_Exercise brief:_ What is the number of lines in this listing that include the string "SUBTRACT"? Answer with that number by itself.

_Extracted entries:_
:::::

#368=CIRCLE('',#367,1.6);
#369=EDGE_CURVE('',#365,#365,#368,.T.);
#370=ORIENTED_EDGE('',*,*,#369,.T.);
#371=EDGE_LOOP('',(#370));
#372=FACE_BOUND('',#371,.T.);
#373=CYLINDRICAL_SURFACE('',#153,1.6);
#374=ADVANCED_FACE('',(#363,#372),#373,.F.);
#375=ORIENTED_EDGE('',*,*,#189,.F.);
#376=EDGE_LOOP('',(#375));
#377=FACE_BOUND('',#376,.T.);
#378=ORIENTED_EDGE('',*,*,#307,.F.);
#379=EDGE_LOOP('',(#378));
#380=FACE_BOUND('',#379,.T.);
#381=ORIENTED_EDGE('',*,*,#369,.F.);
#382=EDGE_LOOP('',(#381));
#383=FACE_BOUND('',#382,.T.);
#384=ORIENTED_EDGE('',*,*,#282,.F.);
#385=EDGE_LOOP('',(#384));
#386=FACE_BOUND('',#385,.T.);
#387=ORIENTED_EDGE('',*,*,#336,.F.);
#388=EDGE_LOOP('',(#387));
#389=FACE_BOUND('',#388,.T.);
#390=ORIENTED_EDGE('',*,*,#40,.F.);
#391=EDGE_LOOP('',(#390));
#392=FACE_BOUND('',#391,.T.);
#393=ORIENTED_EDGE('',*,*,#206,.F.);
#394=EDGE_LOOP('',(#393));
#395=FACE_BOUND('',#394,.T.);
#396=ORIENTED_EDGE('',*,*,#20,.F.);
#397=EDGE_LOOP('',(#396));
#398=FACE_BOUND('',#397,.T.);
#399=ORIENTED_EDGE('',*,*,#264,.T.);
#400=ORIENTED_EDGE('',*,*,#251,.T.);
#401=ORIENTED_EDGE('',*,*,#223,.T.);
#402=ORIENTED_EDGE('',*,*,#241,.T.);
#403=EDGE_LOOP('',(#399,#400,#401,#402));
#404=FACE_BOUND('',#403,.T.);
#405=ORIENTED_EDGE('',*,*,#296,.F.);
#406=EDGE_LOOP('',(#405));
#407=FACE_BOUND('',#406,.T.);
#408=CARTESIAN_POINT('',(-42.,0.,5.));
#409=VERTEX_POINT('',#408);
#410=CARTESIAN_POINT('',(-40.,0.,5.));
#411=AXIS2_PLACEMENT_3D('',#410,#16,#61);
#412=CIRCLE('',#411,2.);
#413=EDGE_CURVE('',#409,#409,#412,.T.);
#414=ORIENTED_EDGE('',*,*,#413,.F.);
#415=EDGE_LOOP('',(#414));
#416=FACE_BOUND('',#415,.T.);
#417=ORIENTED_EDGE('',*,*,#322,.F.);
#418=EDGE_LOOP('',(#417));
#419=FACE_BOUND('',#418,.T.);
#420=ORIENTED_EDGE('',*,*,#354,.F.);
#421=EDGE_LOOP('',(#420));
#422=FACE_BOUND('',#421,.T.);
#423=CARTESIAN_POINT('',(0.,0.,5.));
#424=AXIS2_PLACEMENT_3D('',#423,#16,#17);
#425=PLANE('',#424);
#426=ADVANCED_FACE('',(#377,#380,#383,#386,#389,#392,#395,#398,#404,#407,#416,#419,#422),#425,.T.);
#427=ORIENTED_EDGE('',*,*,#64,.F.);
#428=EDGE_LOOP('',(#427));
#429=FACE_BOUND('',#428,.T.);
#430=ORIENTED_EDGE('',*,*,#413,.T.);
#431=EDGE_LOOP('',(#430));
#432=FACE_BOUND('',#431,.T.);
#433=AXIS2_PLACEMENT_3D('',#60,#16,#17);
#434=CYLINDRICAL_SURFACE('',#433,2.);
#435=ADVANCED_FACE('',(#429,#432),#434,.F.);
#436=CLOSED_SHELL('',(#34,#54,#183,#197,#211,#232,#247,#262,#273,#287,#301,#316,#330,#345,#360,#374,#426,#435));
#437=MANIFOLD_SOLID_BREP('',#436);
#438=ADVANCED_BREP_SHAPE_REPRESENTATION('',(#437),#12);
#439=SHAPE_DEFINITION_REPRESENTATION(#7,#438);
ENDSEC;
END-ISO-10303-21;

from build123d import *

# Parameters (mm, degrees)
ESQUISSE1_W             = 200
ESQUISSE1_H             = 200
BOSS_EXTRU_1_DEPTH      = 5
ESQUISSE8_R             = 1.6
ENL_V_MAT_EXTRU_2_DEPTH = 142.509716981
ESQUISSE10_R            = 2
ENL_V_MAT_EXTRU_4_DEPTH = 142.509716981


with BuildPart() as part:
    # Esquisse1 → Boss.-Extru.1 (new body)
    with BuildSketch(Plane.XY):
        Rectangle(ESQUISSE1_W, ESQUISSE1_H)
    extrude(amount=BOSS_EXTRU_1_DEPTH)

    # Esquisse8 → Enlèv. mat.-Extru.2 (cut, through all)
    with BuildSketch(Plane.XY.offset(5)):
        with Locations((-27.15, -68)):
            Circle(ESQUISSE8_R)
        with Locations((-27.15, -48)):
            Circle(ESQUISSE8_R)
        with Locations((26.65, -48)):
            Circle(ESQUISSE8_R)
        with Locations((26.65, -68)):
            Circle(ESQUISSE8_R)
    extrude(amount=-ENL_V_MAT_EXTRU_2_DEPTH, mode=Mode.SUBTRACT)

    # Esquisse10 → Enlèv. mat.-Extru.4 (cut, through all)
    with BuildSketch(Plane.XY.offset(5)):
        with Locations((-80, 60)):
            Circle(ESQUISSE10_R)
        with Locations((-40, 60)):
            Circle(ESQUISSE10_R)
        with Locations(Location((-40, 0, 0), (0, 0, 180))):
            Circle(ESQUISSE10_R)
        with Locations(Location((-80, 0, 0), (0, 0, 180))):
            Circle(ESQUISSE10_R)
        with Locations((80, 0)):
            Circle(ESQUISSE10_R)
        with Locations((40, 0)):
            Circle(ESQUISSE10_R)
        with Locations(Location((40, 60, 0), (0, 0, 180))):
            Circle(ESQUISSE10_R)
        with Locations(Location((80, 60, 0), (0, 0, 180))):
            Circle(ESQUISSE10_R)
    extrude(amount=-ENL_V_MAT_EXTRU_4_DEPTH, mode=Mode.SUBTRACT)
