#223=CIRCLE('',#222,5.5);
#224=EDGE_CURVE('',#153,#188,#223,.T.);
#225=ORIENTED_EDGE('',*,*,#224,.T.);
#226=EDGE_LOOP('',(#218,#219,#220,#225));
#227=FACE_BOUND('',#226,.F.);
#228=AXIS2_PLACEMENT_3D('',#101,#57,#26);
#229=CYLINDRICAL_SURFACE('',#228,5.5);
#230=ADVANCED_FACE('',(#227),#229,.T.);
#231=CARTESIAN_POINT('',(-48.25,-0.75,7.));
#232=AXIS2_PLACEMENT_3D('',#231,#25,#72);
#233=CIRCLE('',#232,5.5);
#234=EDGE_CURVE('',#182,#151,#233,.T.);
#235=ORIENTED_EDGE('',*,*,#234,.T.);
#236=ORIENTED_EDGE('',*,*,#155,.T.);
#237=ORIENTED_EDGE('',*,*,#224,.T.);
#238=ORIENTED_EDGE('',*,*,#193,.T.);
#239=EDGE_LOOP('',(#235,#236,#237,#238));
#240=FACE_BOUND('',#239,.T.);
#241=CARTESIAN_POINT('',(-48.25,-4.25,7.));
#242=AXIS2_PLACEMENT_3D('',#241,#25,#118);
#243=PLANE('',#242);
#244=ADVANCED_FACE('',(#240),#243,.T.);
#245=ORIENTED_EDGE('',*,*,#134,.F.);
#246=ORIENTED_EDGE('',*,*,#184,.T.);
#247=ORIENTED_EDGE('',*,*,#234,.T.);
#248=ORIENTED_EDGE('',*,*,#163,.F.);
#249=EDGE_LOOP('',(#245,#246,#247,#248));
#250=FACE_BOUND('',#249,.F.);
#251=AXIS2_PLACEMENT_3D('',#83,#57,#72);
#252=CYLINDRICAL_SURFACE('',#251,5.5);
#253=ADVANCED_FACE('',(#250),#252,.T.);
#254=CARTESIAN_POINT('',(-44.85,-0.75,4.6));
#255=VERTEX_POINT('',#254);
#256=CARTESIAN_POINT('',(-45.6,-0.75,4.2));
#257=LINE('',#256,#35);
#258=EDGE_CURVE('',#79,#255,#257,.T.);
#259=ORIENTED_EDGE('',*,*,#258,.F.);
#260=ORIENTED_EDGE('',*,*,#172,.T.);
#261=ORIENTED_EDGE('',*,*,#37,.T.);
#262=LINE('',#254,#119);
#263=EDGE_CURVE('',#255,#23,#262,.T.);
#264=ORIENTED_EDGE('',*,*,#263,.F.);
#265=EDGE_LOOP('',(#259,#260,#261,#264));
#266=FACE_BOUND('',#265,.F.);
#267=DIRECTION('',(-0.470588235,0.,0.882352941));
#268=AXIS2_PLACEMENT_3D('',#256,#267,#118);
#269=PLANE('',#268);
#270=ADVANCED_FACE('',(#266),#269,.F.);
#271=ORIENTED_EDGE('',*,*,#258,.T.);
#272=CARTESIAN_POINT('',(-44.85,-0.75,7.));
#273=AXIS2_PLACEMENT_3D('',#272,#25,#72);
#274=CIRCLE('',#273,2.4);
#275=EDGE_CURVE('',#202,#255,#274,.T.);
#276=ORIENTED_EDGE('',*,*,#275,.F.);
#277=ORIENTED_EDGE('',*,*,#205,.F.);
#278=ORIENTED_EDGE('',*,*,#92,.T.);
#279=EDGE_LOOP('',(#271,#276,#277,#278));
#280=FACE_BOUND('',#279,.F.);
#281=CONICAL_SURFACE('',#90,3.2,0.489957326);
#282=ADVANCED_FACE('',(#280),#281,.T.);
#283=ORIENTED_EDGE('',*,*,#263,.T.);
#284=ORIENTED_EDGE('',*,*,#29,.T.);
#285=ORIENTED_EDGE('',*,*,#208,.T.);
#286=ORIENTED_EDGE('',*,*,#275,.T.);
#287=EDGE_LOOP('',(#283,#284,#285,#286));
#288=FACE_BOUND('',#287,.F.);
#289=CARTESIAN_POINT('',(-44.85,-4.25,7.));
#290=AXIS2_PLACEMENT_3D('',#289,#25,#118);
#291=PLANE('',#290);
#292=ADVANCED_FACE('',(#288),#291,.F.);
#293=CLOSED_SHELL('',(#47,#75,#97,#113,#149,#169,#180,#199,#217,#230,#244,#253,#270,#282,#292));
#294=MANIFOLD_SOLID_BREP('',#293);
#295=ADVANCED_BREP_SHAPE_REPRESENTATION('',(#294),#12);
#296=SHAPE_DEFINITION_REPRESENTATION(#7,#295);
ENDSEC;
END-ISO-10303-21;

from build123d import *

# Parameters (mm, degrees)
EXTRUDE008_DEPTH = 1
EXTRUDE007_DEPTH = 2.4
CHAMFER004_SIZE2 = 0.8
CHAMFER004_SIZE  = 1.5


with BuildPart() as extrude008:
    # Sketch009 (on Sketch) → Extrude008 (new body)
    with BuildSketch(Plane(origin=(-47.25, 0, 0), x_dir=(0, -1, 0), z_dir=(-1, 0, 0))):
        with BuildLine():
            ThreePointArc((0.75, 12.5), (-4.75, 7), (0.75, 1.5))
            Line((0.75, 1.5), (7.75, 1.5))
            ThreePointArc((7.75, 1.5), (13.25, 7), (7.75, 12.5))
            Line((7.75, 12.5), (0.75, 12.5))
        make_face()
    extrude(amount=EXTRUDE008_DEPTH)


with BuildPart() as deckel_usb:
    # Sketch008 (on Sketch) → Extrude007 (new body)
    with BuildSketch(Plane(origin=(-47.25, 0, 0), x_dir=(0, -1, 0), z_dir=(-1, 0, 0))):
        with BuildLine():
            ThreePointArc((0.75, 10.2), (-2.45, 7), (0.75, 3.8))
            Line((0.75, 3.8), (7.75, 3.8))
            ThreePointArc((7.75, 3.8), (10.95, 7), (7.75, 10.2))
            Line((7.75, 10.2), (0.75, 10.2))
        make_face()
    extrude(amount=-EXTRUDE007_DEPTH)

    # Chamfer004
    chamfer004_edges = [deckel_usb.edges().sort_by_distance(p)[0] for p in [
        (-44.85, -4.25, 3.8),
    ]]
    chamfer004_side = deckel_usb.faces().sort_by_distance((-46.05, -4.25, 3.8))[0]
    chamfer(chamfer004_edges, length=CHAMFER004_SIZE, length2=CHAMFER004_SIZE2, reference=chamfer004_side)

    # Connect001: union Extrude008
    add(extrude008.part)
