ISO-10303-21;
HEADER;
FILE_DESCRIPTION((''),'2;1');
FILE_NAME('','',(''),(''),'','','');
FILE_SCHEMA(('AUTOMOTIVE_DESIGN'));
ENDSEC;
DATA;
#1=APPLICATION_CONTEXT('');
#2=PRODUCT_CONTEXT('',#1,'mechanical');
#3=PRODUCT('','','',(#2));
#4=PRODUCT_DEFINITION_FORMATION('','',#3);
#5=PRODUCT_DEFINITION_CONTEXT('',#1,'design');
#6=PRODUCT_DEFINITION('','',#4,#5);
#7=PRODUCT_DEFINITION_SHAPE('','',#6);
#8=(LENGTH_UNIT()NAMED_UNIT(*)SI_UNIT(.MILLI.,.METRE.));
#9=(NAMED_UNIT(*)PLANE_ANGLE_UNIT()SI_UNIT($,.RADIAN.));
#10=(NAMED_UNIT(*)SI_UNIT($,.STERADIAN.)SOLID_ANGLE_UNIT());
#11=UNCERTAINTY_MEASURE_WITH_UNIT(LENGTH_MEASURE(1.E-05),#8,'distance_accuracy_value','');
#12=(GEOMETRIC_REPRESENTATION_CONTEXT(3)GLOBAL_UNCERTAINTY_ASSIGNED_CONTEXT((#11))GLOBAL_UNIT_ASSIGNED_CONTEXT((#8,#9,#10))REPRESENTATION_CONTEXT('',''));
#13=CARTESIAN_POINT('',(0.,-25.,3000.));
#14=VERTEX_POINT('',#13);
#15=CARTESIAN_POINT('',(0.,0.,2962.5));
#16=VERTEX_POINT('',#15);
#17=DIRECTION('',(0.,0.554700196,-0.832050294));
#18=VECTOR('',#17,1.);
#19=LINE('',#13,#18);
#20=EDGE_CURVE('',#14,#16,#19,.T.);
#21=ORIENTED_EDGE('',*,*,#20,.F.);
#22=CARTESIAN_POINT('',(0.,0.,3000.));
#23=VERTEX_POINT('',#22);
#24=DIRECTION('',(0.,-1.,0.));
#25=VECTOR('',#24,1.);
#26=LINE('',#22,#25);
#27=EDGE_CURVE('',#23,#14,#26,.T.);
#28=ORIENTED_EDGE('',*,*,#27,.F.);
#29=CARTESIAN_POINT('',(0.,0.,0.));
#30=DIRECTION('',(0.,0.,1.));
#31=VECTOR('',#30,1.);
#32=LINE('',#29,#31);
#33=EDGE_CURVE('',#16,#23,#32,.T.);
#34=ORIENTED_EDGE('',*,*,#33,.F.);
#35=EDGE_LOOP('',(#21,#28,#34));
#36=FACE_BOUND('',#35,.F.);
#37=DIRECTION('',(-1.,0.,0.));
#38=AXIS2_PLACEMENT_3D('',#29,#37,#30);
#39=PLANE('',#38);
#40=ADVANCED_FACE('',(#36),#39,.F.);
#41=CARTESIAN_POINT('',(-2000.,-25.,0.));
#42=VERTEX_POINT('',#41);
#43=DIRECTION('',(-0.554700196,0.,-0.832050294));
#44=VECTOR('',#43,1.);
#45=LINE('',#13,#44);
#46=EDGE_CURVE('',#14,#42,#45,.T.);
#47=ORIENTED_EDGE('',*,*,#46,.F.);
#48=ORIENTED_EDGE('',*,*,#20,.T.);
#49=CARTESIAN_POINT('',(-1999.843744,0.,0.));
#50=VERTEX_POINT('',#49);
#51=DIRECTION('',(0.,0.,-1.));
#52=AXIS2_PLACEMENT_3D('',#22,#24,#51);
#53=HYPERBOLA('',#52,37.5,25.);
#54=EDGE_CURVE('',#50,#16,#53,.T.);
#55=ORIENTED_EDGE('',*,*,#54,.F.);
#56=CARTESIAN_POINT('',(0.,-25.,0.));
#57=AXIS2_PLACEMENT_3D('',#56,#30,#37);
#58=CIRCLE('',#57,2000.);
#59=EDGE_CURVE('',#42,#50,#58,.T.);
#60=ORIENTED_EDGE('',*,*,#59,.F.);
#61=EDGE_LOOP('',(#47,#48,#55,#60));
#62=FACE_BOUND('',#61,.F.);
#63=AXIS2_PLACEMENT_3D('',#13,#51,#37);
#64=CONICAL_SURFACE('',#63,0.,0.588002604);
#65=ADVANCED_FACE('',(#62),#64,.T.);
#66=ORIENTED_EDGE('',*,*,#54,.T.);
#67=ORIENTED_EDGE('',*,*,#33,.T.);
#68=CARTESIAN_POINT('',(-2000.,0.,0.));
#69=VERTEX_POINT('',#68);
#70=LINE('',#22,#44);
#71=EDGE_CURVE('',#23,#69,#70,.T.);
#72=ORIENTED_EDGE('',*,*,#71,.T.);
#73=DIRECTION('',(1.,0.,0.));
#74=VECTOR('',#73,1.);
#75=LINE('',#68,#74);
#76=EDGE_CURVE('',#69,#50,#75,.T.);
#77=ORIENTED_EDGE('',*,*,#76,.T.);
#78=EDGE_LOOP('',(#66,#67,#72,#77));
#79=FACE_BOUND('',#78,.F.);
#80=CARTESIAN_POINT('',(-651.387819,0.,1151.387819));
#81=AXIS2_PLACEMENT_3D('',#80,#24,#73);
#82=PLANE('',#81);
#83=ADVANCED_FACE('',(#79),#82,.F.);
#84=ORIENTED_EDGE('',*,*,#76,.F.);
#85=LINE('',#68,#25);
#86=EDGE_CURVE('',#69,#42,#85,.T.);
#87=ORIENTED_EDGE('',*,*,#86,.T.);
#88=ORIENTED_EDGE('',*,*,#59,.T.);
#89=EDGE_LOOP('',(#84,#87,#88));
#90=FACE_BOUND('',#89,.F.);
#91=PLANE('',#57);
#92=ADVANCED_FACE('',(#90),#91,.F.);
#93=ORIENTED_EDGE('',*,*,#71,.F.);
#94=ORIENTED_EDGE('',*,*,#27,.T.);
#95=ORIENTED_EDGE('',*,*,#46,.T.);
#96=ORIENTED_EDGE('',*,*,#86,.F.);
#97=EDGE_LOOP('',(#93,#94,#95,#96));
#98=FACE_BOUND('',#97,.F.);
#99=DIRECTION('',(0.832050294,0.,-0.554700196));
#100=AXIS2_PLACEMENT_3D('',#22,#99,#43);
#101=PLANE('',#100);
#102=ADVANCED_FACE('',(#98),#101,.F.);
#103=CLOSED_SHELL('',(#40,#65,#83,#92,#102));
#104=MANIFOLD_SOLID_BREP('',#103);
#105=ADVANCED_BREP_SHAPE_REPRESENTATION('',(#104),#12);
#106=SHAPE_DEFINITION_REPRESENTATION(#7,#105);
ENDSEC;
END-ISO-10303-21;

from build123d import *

# Parameters (mm, degrees)
F1_DEPTH = 25


with BuildPart() as f1:
    # F0 (on Front) → F1 (new body)
    with BuildSketch(Plane.XZ):
        Polygon((-2000, 0), (0, 0), (0, 3000), align=None)
    extrude(amount=F1_DEPTH)

    # F1_face (on face) → F2 (revolve)
    with BuildSketch(Plane(origin=(-666.666667, -25, 1000), x_dir=(1, 0, 0), z_dir=(0, -1, 0))):
        Polygon((-1333.333333, -1000), (666.666667, -1000), (666.666667, 2000), align=None)
    revolve(axis=Axis((0, -25, 1500), (0, 0, 1)))


solid = f1.part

:::::

_Task solution:_ 2